Nuevocor Gets FDA Clearance for NVC-001 IND for LMNA-Related Dilated Cardiomyopathy

Nuevocor, a biotechnology company based in Singapore, specializing in developing treatments for genetic heart diseases, has announced a significant development in its efforts to tackle one of the more aggressive forms of dilated cardiomyopathy, known as LMNA-related dilated cardiomyopathy (LMNA DCM). This condition affects roughly 100,000 individuals in the United States and Europe, leading them rapidly towards severe heart failure. The company's recent advancements have been recognized by the U.S. Food and Drug Administration (FDA), which has approved their Investigational New Drug (IND) application for their novel therapy, NVC-001.

NVC-001 represents an innovative approach to treating LMNA DCM, using an adeno-associated virus (AAV)-based gene therapy. The therapy aims to mitigate the disease's effects by addressing the core mechanical issues causing the condition. This development is a part of Nuevocor's broader mission to devise transformative solutions for genetic heart conditions using insights derived from their proprietary PrOSIA mechanobiology platform.

The CEO and co-founder of Nuevocor, Dr. Yann Chong Tan, emphasized the importance of this IND clearance. It marks a pivotal step towards bringing NVC-001, which is the first therapy designed to modify the course of LMNA DCM by targeting its mechanobiological roots, into clinical trials. Dr. Tan expressed optimism about the potential impact of this therapy, which could significantly alter the treatment landscape for patients afflicted by this challenging condition.

LMNA DCM is caused by mutations in the LMNA gene, which is crucial for producing lamin A/C. This protein is vital for maintaining the nuclear envelope's integrity and regulating gene expression within cardiac cells.
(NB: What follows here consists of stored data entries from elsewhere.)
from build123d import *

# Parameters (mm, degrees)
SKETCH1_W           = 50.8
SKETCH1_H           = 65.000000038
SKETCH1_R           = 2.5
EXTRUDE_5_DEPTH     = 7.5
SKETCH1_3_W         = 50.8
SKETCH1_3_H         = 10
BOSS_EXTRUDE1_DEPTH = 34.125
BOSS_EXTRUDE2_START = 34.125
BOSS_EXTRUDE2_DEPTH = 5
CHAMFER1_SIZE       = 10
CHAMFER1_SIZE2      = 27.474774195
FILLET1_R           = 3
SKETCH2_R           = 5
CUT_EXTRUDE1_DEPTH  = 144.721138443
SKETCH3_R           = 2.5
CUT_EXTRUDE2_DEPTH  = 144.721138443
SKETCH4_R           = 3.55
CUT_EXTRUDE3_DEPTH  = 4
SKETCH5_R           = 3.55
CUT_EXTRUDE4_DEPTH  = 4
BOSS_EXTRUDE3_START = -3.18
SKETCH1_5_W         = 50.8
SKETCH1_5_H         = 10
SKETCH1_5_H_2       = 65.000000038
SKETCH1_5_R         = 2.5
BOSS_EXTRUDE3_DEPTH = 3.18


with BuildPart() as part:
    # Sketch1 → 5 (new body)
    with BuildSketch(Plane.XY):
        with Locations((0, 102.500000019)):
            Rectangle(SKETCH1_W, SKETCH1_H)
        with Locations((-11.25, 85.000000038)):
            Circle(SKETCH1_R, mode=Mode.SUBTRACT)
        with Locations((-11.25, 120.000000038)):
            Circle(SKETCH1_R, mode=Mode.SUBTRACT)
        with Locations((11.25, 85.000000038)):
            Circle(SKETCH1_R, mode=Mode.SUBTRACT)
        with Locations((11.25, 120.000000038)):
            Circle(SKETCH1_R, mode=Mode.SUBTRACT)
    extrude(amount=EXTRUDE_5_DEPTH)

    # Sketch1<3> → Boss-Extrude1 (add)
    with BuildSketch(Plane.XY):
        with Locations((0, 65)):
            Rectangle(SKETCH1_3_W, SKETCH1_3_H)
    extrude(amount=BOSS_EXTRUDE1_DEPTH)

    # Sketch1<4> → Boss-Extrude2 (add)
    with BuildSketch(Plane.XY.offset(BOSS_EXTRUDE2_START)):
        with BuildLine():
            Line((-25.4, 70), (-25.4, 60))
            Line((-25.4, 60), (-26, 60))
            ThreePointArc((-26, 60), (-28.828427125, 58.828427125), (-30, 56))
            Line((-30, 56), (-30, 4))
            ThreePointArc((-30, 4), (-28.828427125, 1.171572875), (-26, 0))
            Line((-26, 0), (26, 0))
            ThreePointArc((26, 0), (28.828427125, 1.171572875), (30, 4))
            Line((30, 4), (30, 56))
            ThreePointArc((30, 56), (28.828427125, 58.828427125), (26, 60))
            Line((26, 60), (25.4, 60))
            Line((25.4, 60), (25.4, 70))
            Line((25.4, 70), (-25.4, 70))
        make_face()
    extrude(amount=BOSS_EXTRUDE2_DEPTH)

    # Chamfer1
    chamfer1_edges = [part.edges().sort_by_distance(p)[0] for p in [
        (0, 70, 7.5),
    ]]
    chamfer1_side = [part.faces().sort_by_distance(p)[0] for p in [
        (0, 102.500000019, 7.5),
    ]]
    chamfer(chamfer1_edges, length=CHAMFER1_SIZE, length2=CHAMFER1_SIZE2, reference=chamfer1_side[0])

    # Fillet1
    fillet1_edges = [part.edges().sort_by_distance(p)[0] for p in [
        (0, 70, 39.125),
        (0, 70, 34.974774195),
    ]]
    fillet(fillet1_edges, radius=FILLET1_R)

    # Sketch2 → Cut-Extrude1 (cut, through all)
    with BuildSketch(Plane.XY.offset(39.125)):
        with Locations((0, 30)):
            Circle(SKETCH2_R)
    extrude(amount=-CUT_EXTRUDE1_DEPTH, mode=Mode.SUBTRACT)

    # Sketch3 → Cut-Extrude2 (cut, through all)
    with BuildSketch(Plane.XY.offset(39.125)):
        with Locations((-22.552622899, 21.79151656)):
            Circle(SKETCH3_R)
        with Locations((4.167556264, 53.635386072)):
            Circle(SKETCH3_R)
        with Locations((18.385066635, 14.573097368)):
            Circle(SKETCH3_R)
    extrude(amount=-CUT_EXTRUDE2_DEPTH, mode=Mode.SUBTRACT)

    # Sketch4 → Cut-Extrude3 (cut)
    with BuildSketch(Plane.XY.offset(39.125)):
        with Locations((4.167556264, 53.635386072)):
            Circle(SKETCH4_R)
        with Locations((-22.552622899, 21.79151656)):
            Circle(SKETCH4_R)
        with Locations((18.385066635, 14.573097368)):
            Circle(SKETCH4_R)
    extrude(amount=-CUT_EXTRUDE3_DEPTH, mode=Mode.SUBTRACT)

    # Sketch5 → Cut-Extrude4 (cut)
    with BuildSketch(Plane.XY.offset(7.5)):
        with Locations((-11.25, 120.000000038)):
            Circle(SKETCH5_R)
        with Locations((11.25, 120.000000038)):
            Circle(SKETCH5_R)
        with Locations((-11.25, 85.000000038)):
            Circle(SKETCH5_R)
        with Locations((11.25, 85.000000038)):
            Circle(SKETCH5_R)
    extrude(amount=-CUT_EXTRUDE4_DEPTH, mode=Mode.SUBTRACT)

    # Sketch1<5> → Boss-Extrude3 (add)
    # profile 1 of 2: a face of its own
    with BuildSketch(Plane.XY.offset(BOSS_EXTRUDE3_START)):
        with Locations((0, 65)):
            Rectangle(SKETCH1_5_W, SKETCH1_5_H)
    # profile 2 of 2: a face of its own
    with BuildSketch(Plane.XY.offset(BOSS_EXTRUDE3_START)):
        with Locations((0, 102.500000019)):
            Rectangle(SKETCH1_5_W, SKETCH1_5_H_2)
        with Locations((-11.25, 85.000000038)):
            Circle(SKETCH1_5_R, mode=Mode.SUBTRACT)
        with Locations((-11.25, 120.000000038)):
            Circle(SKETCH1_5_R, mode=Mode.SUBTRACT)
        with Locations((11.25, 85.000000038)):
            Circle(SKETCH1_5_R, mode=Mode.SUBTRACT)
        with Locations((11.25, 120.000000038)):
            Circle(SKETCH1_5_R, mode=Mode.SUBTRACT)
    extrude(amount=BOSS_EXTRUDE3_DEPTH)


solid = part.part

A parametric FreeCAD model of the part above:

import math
import FreeCAD as App
import Part
import Sketcher
Q = App.Units.Quantity


def edges_at(feature, points):
    """Names of the edges that pass closest to the given points."""
    edges = feature.Shape.Edges
    near = lambda p: min(range(len(edges)), key=lambda i: edges[i].distToShape(Part.Vertex(*p))[0])
    return sorted({f"Edge{near(p) + 1}" for p in points})


def add_polygon(sketch, points):
    """Adds a closed chain of lines whose ends are joined by coincident constraints."""
    first, n = sketch.GeometryCount, len(points)
    for a, b in zip(points, points[1:] + points[:1]):
        sketch.addGeometry(Part.LineSegment(App.Vector(*a, 0), App.Vector(*b, 0)), False)
    for i in range(n):
        sketch.addConstraint(Sketcher.Constraint("Coincident", first + i, 2, first + (i + 1) % n, 1))

doc = App.newDocument("Part")
params = doc.addObject("Spreadsheet::Sheet", "Params")
for row, (alias, value) in enumerate([
    ("sketch1_diameter", "5 mm"),
    ("sketch1_height", "65 mm"),
    ("sketch1_width", "50.8 mm"),
    ("pad1_length", "7.5 mm"),
    ("sketch2_height", "10 mm"),
    ("sketch2_width", "50.8 mm"),
    ("pad2_length", "34.125 mm"),
    ("sketch3_radius", "4 mm"),
    ("sketch3_width", "52 mm"),
    ("sketch3_height", "10 mm"),
    ("sketch3_width2", "0.6 mm"),
    ("pad3_length", "5 mm"),
    ("chamfer_size", "10 mm"),
    ("chamfer_size2", "27.474774 mm"),
    ("fillet_radius", "3 mm"),
    ("sketch4_diameter", "10 mm"),
    ("sketch5_diameter", "5 mm"),
    ("sketch6_diameter", "7.1 mm"),
    ("pocket3_length", "4 mm"),
    ("sketch7_diameter", "7.1 mm"),
    ("pocket4_length", "4 mm"),
    ("sketch8_diameter", "5 mm"),
    ("sketch8_height", "75 mm"),
    ("sketch8_width", "50.8 mm"),
    ("pad4_length", "3.18 mm"),
], start=1):
    params.set(f"A{row}", alias)
    params.set(f"B{row}", "=" + value)
    params.setAlias(f"B{row}", alias)

body = doc.addObject("PartDesign::Body", "Body")

# Sketch on XY plane
sketch1 = body.newObject("Sketcher::SketchObject", "Sketch")
sketch1.AttachmentSupport = (doc.getObject("XY_Plane"), [""])
sketch1.MapMode = "FlatFace"
add_polygon(sketch1, [(-25.4, 135), (-25.4, 70), (25.4, 70), (25.4, 135)])  # lines 0-3
sketch1.addGeometry(Part.Circle(App.Vector(-11.25, 85, 0), App.Vector(0, 0, 1), 2.5), False)  # 4
sketch1.addGeometry(Part.Circle(App.Vector(11.25, 85, 0), App.Vector(0, 0, 1), 2.5), False)  # 5
sketch1.addGeometry(Part.Circle(App.Vector(-11.25, 120, 0), App.Vector(0, 0, 1), 2.5), False)  # 6
sketch1.addGeometry(Part.Circle(App.Vector(11.25, 120, 0), App.Vector(0, 0, 1), 2.5), False)  # 7
sketch1.addConstraint(Sketcher.Constraint("Vertical", 0))
sketch1.addConstraint(Sketcher.Constraint("Horizontal", 1))
sketch1.addConstraint(Sketcher.Constraint("Vertical", 2))
sketch1.addConstraint(Sketcher.Constraint("Horizontal", 3))
sketch1.addConstraint(Sketcher.Constraint("Equal", 4, 5))
sketch1.addConstraint(Sketcher.Constraint("Equal", 5, 6))
sketch1.addConstraint(Sketcher.Constraint("Equal", 6, 7))
sketch1.addConstraint(Sketcher.Constraint("Symmetric", 4, 3, 5, 3, -2))
sketch1.addConstraint(Sketcher.Constraint("Symmetric", 6, 3, 7, 3, -2))
sketch1.addConstraint(Sketcher.Constraint("Vertical", 4, 3, 6, 3))
sketch1.addConstraint(Sketcher.Constraint("Diameter", 4, Q("5 mm")))
sketch1.addConstraint(Sketcher.Constraint("DistanceY", 0, 2, 0, 1, Q("65 mm")))
sketch1.addConstraint(Sketcher.Constraint("DistanceX", 1, 1, 1, 2, Q("50.8 mm")))
sketch1.addConstraint(Sketcher.Constraint("DistanceY", -1, 1, 4, 3, Q("85 mm")))
sketch1.addConstraint(Sketcher.Constraint("DistanceY", -1, 1, 6, 3, Q("120 mm")))
sketch1.addConstraint(Sketcher.Constraint("DistanceY", -1, 1, 0, 2, Q("70 mm")))
sketch1.addConstraint(Sketcher.Constraint("DistanceX", 0, 2, -1, 1, Q("25.4 mm")))
sketch1.addConstraint(Sketcher.Constraint("DistanceX", 4, 3, 5, 3, Q("22.5 mm")))
sketch1.setExpression("Constraints[14]", "Params.sketch1_diameter")
sketch1.setExpression("Constraints[15]", "Params.sketch1_height")
sketch1.setExpression("Constraints[16]", "Params.sketch1_width")
pad1 = body.newObject("PartDesign::Pad", "Pad")
pad1.Profile = sketch1
pad1.setExpression("Length", "Params.pad1_length")

# Sketch on XY plane
sketch2 = body.newObject("Sketcher::SketchObject", "Sketch001")
sketch2.AttachmentSupport = (doc.getObject("XY_Plane"), [""])
sketch2.MapMode = "FlatFace"
add_polygon(sketch2, [(-25.4, 70), (-25.4, 60), (25.4, 60), (25.4, 70)])  # lines 0-3
sketch2.addConstraint(Sketcher.Constraint("Vertical", 0))
sketch2.addConstraint(Sketcher.Constraint("Horizontal", 1))
sketch2.addConstraint(Sketcher.Constraint("Vertical", 2))
sketch2.addConstraint(Sketcher.Constraint("Horizontal", 3))
sketch2.addConstraint(Sketcher.Constraint("DistanceY", 0, 2, 0, 1, Q("10 mm")))
sketch2.addConstraint(Sketcher.Constraint("DistanceX", 1, 1, 1, 2, Q("50.8 mm")))
sketch2.addConstraint(Sketcher.Constraint("DistanceY", -1, 1, 0, 2, Q("60 mm")))
sketch2.addConstraint(Sketcher.Constraint("DistanceX", 0, 2, -1, 1, Q("25.4 mm")))
sketch2.setExpression("Constraints[8]", "Params.sketch2_height")
sketch2.setExpression("Constraints[9]", "Params.sketch2_width")
pad2 = body.newObject("PartDesign::Pad", "Pad001")
pad2.Profile = sketch2
pad2.setExpression("Length", "Params.pad2_length")

# Sketch on XY plane
sketch3 = body.newObject("Sketcher::SketchObject", "Sketch002")
sketch3.AttachmentSupport = (doc.getObject("XY_Plane"), [""])
sketch3.MapMode = "FlatFace"
sketch3.AttachmentOffset = App.Placement(App.Vector(0, 0, 34.125), App.Rotation())
sketch3.addGeometry(Part.LineSegment(App.Vector(-25.4, 70, 0), App.Vector(-25.4, 60, 0)), False)
sketch3.addGeometry(Part.LineSegment(App.Vector(-25.4, 60, 0), App.Vector(-26, 60, 0)), False)
sketch3.addGeometry(Part.ArcOfCircle(Part.Circle(App.Vector(-26, 56, 0), App.Vector(0, 0, 1), 4), math.radians(90), math.radians(180)), False)
sketch3.addGeometry(Part.LineSegment(App.Vector(-30, 56, 0), App.Vector(-30, 4, 0)), False)
sketch3.addGeometry(Part.ArcOfCircle(Part.Circle(App.Vector(-26, 4, 0), App.Vector(0, 0, 1), 4), math.radians(180), math.radians(270)), False)
sketch3.addGeometry(Part.LineSegment(App.Vector(-26, 0, 0), App.Vector(26, 0, 0)), False)
sketch3.addGeometry(Part.ArcOfCircle(Part.Circle(App.Vector(26, 4, 0), App.Vector(0, 0, 1), 4), math.radians(-90), math.radians(0)), False)
sketch3.addGeometry(Part.LineSegment(App.Vector(30, 4, 0), App.Vector(30, 56, 0)), False)
sketch3.addGeometry(Part.ArcOfCircle(Part.Circle(App.Vector(26, 56, 0), App.Vector(0, 0, 1), 4), math.radians(0), math.radians(90)), False)
sketch3.addGeometry(Part.LineSegment(App.Vector(26, 60, 0), App.Vector(25.4, 60, 0)), False)
sketch3.addGeometry(Part.LineSegment(App.Vector(25.4, 60, 0), App.Vector(25.4, 70, 0)), False)
sketch3.addGeometry(Part.LineSegment(App.Vector(25.4, 70, 0), App.Vector(-25.4, 70, 0)), False)
sketch3.addConstraint(Sketcher.Constraint("Coincident", 0, 2, 1, 1))
sketch3.addConstraint(Sketcher.Constraint("Tangent", 1, 2, 2, 1))
sketch3.addConstraint(Sketcher.Constraint("Tangent", 2, 2, 3, 1))
sketch3.addConstraint(Sketcher.Constraint("Tangent", 3, 2, 4, 1))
Mutations lead to the weakening of the heart muscle, irregular heartbeats, and eventually escalating to severe heart failure. The condition represents a substantial unmet medical need, due to the lack of effective existing treatments.

The therapeutic approach of NVC-001 involves correcting the mechanical stress experienced by the nucleus, thereby restoring the integrity of the nuclear envelope, which is typically compromised in LMNA DCM. Preclinical studies have shown that NVC-001 can offer significant benefits, improving both survival rates and cardiac function in models.

Following the IND clearance, Nuevocor is set to launch its first human clinical trial in early 2026. This Phase 1/2 trial will be an open-label, multicenter study over a 52-week period, designed to assess the safety, tolerability, and early efficacy of NVC-001. The study will involve adult participants diagnosed with LMNA DCM, who will receive the therapy as a one-time intravenous infusion across different dosage levels.

Nuevocor is committed to pioneering therapies for genetic cardiomyopathies that are tough to tackle with traditional gene replacement techniques. By focusing on the shared pathways of disease across various cardiomyopathies, their innovative platform aims to address the foundational causes of these conditions. With its headquarters in Singapore and facilities in the U.S., Nuevocor is expanding its reach to Europe, addressing genetic heart diseases for which there are currently no viable treatments.

This development represents a promising step forward in the fight against LMNA DCM and other similar genetic heart disorders, potentially offering new hope for patients around the globe facing these challenging conditions.